In “‘Commit’ in Relation to Suicide on Trial,” Maya Williams, Portland’s new Poet Laureate, in a sense puts suicide on trial—not the person who might be so distressed and troubled, but the act itself or some of the thought processes involved, as if they could be tried and found guilty, responsible. It is not a big leap to go from here to imagining how our entire culture can lead to a confusion between crime and truth, harm and release, abuse and protection. This poem plays with the borrowed form of trial proceedings to make its points, and we sense here the poet’s strong support for those suffering who are struggling with such an adversary..

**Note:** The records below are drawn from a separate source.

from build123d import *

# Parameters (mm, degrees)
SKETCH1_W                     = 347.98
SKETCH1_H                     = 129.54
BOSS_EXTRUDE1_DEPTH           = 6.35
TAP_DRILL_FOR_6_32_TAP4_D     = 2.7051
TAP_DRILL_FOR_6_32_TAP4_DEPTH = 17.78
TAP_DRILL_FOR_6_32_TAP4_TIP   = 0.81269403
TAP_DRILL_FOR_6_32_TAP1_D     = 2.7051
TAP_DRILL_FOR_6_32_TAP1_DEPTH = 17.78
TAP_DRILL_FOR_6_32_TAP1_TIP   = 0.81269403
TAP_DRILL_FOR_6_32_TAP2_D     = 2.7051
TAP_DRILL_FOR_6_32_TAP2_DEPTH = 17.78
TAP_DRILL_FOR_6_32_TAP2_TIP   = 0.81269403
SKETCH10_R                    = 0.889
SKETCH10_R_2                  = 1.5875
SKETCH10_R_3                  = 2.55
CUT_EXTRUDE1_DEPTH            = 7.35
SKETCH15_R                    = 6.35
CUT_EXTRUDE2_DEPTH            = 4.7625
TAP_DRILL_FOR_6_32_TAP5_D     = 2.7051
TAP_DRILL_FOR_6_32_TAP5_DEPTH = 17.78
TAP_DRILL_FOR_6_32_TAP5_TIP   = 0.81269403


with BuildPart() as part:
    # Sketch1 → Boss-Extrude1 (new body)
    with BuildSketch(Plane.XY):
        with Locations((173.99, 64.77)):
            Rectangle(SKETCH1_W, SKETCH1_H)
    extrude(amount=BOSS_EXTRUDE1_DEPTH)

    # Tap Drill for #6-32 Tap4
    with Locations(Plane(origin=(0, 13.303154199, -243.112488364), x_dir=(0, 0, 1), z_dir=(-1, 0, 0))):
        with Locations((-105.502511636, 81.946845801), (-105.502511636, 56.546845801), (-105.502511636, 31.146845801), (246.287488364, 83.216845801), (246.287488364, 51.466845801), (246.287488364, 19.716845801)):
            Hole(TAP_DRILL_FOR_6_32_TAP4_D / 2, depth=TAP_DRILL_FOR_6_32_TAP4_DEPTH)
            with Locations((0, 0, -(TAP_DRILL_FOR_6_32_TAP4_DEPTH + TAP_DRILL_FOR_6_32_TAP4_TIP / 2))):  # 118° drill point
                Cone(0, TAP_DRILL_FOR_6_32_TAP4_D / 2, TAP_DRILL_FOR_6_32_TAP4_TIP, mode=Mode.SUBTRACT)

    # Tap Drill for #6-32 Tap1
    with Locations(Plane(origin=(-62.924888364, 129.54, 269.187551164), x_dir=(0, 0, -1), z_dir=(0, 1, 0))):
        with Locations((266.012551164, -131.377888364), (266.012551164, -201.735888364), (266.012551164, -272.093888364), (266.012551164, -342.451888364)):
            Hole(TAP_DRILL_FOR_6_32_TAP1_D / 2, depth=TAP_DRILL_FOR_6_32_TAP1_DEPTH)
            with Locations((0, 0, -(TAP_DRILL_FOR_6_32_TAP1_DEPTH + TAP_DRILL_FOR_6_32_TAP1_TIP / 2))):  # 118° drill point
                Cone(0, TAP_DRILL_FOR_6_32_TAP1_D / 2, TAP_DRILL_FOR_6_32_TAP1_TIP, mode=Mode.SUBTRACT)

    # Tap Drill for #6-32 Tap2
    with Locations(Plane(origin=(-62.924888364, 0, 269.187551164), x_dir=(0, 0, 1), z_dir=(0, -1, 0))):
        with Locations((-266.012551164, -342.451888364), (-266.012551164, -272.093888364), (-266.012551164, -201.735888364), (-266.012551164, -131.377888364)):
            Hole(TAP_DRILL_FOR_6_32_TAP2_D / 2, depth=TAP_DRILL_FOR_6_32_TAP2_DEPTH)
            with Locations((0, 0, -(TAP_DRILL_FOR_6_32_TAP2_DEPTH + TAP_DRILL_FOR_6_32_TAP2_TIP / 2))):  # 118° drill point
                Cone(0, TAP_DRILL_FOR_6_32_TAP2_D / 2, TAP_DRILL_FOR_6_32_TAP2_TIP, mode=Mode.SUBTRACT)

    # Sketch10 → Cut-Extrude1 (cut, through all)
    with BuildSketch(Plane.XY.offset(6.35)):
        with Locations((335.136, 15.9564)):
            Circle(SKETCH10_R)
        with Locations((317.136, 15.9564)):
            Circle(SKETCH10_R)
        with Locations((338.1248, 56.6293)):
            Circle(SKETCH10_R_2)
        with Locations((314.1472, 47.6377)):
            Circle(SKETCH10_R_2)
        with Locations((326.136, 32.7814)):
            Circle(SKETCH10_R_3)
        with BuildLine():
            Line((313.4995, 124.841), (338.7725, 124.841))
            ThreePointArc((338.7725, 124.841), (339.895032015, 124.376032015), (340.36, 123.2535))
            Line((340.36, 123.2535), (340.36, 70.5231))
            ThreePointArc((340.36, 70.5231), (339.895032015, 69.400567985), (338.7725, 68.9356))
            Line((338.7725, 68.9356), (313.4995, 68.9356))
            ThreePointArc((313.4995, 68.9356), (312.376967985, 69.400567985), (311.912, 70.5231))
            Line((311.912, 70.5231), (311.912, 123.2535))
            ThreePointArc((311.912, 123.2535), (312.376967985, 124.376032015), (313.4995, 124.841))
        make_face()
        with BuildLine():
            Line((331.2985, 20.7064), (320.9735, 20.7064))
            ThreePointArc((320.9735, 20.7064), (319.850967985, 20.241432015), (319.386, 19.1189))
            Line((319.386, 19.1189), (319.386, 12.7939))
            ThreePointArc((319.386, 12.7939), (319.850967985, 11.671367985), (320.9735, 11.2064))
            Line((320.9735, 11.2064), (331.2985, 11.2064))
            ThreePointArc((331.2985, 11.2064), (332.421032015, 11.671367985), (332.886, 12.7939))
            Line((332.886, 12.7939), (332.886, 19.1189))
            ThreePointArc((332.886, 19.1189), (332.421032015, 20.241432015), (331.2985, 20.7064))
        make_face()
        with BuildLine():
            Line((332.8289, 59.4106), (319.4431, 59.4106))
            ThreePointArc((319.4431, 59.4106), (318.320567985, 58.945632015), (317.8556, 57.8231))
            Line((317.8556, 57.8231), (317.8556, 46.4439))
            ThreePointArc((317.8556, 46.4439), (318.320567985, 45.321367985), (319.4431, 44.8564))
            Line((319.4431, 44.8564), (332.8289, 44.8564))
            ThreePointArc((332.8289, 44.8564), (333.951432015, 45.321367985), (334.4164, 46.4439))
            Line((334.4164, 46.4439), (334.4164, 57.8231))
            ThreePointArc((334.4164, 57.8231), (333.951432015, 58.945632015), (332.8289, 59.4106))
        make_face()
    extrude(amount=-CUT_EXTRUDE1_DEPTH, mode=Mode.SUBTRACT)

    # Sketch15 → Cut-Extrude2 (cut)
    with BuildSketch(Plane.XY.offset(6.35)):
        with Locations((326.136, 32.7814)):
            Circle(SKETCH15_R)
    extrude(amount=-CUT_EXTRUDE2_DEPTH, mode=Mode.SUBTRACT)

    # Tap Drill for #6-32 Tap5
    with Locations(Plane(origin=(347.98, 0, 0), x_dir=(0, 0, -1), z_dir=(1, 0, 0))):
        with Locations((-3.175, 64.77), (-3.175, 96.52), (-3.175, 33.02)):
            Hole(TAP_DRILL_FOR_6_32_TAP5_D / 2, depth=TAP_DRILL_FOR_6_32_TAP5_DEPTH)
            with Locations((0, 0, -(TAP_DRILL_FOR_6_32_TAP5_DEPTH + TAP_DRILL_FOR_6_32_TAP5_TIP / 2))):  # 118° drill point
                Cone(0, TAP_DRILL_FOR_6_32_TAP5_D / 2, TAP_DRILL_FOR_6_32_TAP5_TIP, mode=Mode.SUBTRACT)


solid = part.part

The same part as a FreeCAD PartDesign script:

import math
import FreeCAD as App
import Part
import Sketcher
from FreeCAD import Vector
Q = App.Units.Quantity


def add_polygon(sketch, points):
    """Adds a closed chain of lines whose ends are joined by coincident constraints."""
    first, n = sketch.GeometryCount, len(points)
    for a, b in zip(points, points[1:] + points[:1]):
        sketch.addGeometry(Part.LineSegment(App.Vector(*a, 0), App.Vector(*b, 0)), False)
    for i in range(n):
        sketch.addConstraint(Sketcher.Constraint("Coincident", first + i, 2, first + (i + 1) % n, 1))

doc = App.newDocument("Part")
body = doc.addObject("PartDesign::Body", "Body")

# Sketch on XY plane
sketch1 = doc.addObject("Sketcher::SketchObject", "Sketch")
body.addObject(sketch1)
sketch1.AttachmentSupport = (doc.XY_Plane, [""])
sketch1.MapMode = "FlatFace"
add_polygon(sketch1, [(0, 129.54), (0, 0), (347.98, 0), (347.98, 129.54)])  # lines 0-3
sketch1.addConstraint([
    Sketcher.Constraint("Vertical", 0),
    Sketcher.Constraint("Horizontal", 1),
    Sketcher.Constraint("Vertical", 2),
    Sketcher.Constraint("Horizontal", 3),
    Sketcher.Constraint("Coincident", 0, 2, -1, 1),
    Sketcher.Constraint("DistanceX", 1, 1, 1, 2, Q("13.7 in")),
    Sketcher.Constraint("DistanceY", 0, 2, 0, 1, Q("5.1 in")),
])
pad1 = doc.addObject("PartDesign::Pad", "Pad")
body.addObject(pad1)
pad1.Profile = sketch1
pad1.Length = Q("0.25 in")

Betsy Sholl, Maine Arts Journal Poetry Editor
Maya Williams (ey/they/she) is a Black Mixed Race suicide survivor and poet. Ey is Portland, Maine’s seventh Poet Laureate. They have published in venues such as Homology Lit, glitterMOB, Occulum, Littoral Books, Maine Sunday Telegram, Black Table Arts, and more. You can follow their work at mayawilliamspoet.com
“Commit” in Relation to Suicide on Trial
In Defense of “Commit” in Relation to Suicide
It is a “commitment” to accountability.
It is a “commitment” to follow through.
It is a “condemnation” of one’s own life.
It is a “condemnation” of the burden of breath.
It is a “call” to what those left behind do not want.
It is a “call” to an action those left behind cannot stop in time.
The plaintiff doesn’t know the difference between criminalizing the act
and criminalizing the person. To hate the sin and love the sinner.
In Offense of “Commit” in Relation to Suicide
It compares “crime” to “truth.”
It compares “doctor” to “patient.”
It compares “seeking harm” to “seeking release.”
It compares “contact abuser” to “contact protector.”
It compares “a chance to suffocate” to “a chance to breathe.”
It compares “seeking a form of hell” to “seeking a form of heaven.”
The defendant perpetuates making an insidious comparison
between prison and mental illness.
Who judges to deliver the final etymology, the final lexicon, of the refusal to stay alive?
Image at top: Anonymous, Justice?, drawing, 9 x 12 in.